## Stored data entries
━━━━━━

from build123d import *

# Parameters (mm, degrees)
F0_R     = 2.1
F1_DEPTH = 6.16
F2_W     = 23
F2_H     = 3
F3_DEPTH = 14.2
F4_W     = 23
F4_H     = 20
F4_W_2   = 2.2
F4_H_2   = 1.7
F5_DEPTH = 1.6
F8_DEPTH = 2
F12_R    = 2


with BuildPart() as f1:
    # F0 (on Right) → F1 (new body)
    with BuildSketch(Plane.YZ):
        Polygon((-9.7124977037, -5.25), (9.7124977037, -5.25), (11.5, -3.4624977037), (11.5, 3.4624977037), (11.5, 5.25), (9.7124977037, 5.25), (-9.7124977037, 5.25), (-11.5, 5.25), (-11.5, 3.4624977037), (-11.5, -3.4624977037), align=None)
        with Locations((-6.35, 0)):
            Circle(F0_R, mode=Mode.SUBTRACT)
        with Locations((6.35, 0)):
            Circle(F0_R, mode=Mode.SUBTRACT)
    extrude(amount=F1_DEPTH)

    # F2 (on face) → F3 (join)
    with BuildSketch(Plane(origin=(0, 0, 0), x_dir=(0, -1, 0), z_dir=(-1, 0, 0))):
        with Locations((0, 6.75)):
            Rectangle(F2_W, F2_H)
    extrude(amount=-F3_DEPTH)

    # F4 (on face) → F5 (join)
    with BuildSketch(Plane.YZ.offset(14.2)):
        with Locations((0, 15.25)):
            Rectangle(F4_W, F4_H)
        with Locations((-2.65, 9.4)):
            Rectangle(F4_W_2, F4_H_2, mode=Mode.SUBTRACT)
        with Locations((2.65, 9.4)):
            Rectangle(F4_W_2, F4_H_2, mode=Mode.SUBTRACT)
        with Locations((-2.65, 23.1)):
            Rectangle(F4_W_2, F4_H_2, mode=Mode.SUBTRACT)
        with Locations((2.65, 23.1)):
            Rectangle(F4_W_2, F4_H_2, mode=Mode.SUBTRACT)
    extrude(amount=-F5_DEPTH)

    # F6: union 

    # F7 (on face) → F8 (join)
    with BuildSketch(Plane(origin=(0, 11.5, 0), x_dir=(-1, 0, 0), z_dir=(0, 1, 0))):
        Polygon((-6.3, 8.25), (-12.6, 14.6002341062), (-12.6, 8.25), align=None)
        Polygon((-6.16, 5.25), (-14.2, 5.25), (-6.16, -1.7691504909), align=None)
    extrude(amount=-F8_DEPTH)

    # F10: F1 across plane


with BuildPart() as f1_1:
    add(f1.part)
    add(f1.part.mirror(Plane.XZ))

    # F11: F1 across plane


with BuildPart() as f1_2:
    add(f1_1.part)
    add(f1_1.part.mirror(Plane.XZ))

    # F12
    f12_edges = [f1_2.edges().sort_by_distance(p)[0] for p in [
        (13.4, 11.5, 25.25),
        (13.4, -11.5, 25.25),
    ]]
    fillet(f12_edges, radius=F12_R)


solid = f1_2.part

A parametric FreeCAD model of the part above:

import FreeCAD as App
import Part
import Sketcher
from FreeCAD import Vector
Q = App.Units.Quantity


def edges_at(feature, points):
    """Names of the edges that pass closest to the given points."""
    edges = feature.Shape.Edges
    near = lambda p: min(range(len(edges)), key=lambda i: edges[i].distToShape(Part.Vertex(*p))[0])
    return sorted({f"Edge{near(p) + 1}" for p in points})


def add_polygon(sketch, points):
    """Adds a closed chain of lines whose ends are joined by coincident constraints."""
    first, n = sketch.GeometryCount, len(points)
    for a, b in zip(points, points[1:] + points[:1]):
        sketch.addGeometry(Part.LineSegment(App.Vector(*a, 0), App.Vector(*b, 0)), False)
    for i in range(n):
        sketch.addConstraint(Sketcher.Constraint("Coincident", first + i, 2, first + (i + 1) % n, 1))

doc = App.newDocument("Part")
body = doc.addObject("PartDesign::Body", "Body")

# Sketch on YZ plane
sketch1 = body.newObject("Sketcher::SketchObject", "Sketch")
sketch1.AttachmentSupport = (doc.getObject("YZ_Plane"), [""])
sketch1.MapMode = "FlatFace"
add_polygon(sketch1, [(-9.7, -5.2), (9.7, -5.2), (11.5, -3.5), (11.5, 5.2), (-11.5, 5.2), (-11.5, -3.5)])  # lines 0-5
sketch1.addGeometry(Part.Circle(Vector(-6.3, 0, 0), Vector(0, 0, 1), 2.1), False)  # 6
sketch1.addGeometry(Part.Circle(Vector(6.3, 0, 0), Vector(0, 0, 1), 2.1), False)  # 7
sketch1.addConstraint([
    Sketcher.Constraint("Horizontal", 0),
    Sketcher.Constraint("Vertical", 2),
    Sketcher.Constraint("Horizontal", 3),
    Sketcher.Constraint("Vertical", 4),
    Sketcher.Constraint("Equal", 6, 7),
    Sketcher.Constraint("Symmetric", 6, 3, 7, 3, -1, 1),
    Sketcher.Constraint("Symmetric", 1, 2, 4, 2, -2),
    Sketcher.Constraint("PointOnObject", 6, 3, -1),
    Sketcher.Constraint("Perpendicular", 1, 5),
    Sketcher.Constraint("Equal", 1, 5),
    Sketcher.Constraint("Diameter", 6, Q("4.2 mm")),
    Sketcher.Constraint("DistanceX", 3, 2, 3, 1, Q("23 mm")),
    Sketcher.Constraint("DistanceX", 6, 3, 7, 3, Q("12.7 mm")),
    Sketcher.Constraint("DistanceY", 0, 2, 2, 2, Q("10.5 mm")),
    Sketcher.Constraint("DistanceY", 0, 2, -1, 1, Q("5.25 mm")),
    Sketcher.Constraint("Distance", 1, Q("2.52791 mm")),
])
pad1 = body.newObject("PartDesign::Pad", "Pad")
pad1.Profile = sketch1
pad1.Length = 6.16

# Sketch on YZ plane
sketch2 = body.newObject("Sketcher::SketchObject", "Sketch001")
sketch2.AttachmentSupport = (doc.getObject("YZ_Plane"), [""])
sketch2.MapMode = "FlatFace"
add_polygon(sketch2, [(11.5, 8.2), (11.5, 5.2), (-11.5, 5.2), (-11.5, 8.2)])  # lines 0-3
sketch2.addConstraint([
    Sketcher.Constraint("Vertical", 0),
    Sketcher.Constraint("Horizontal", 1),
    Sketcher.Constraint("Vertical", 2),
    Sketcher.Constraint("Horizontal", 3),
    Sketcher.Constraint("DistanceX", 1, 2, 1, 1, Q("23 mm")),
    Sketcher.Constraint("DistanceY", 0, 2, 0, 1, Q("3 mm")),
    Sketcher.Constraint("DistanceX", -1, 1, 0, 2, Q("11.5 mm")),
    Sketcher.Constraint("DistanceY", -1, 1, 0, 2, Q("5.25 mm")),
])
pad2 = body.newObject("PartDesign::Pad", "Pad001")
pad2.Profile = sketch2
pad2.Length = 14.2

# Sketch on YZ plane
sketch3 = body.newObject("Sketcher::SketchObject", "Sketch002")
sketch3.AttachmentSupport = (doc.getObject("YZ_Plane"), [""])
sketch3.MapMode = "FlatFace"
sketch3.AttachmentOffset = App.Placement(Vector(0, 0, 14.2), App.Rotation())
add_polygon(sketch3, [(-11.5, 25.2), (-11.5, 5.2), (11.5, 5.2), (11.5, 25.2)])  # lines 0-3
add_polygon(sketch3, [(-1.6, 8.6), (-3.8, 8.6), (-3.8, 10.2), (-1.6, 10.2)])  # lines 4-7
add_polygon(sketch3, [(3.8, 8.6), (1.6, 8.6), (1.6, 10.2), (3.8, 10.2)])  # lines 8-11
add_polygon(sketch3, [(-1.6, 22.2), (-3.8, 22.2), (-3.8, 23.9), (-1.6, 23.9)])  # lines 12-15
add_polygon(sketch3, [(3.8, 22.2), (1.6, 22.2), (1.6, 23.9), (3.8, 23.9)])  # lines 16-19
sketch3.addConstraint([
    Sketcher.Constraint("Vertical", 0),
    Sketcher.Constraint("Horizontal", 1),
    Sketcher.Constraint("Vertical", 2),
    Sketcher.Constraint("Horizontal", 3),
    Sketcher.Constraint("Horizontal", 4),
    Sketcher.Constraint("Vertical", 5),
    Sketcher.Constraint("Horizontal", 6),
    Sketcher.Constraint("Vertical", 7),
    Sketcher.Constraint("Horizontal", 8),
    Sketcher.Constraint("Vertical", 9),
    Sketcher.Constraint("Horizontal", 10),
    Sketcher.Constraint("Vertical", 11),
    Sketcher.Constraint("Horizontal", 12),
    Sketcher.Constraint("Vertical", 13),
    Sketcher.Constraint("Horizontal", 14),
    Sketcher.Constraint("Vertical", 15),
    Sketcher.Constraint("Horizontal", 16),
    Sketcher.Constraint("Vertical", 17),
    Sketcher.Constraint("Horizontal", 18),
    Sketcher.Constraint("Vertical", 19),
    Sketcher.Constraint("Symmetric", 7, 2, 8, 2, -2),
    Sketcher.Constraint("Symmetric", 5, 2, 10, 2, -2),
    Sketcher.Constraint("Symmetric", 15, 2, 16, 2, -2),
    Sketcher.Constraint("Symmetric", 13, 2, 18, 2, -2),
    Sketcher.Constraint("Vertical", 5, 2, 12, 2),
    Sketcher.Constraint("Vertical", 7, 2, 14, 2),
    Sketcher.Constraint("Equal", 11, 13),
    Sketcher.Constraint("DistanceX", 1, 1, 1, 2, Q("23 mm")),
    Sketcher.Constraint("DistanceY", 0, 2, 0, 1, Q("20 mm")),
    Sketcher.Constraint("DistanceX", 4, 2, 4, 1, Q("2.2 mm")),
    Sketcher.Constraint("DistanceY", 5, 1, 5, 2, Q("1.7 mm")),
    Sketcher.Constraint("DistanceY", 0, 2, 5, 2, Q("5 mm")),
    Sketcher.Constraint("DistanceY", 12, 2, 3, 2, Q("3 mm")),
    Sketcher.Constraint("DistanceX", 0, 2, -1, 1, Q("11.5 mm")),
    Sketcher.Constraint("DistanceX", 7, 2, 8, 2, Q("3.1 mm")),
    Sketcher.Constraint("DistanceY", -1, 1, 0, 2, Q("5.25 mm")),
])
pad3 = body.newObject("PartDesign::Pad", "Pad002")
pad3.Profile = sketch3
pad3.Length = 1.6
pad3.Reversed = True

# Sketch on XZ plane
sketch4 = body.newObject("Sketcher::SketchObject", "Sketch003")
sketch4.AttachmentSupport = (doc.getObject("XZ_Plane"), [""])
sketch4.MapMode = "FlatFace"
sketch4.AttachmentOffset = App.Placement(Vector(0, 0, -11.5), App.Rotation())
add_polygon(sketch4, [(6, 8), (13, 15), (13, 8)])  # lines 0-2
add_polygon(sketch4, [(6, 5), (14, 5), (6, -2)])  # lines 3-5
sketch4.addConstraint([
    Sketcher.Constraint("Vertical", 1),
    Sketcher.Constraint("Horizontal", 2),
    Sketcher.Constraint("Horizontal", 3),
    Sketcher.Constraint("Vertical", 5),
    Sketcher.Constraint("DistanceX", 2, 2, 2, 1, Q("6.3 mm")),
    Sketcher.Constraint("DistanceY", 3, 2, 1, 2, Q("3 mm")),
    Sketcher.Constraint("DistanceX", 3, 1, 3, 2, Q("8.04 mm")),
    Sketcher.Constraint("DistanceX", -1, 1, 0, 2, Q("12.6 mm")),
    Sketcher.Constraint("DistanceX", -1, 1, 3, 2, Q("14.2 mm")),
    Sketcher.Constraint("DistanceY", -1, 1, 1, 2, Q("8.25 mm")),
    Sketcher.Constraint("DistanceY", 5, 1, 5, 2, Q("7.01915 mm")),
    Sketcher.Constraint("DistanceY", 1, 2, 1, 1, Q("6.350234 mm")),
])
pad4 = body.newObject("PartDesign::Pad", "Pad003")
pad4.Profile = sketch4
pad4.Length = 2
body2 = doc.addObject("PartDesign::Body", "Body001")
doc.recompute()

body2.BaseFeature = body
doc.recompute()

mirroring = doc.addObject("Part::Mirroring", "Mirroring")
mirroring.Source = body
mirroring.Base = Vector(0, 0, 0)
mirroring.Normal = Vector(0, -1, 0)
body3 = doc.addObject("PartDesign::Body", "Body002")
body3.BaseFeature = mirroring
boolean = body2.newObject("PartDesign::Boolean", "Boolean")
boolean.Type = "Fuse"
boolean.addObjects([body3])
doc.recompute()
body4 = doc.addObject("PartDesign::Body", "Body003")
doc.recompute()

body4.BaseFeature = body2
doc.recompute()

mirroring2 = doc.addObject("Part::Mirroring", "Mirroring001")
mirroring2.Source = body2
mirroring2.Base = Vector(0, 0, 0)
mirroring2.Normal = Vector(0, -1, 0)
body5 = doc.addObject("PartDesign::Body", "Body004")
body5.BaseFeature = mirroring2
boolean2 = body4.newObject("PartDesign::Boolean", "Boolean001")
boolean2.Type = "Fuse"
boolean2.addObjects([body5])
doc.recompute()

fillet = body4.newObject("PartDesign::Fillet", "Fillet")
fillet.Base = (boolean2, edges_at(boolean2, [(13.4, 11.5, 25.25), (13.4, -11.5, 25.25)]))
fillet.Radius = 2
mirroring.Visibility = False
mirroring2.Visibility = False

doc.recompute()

━━━━━━

## Exercise aim
Beginning with the line above that contains "fillet(f12_edges, radius=F12_R)", copy each line exactly up to and including the line that contains "A parametric FreeCAD", and go no further.

## Answer space
    fillet(f12_edges, radius=F12_R)


solid = f1_2.part

A parametric FreeCAD model of the part above:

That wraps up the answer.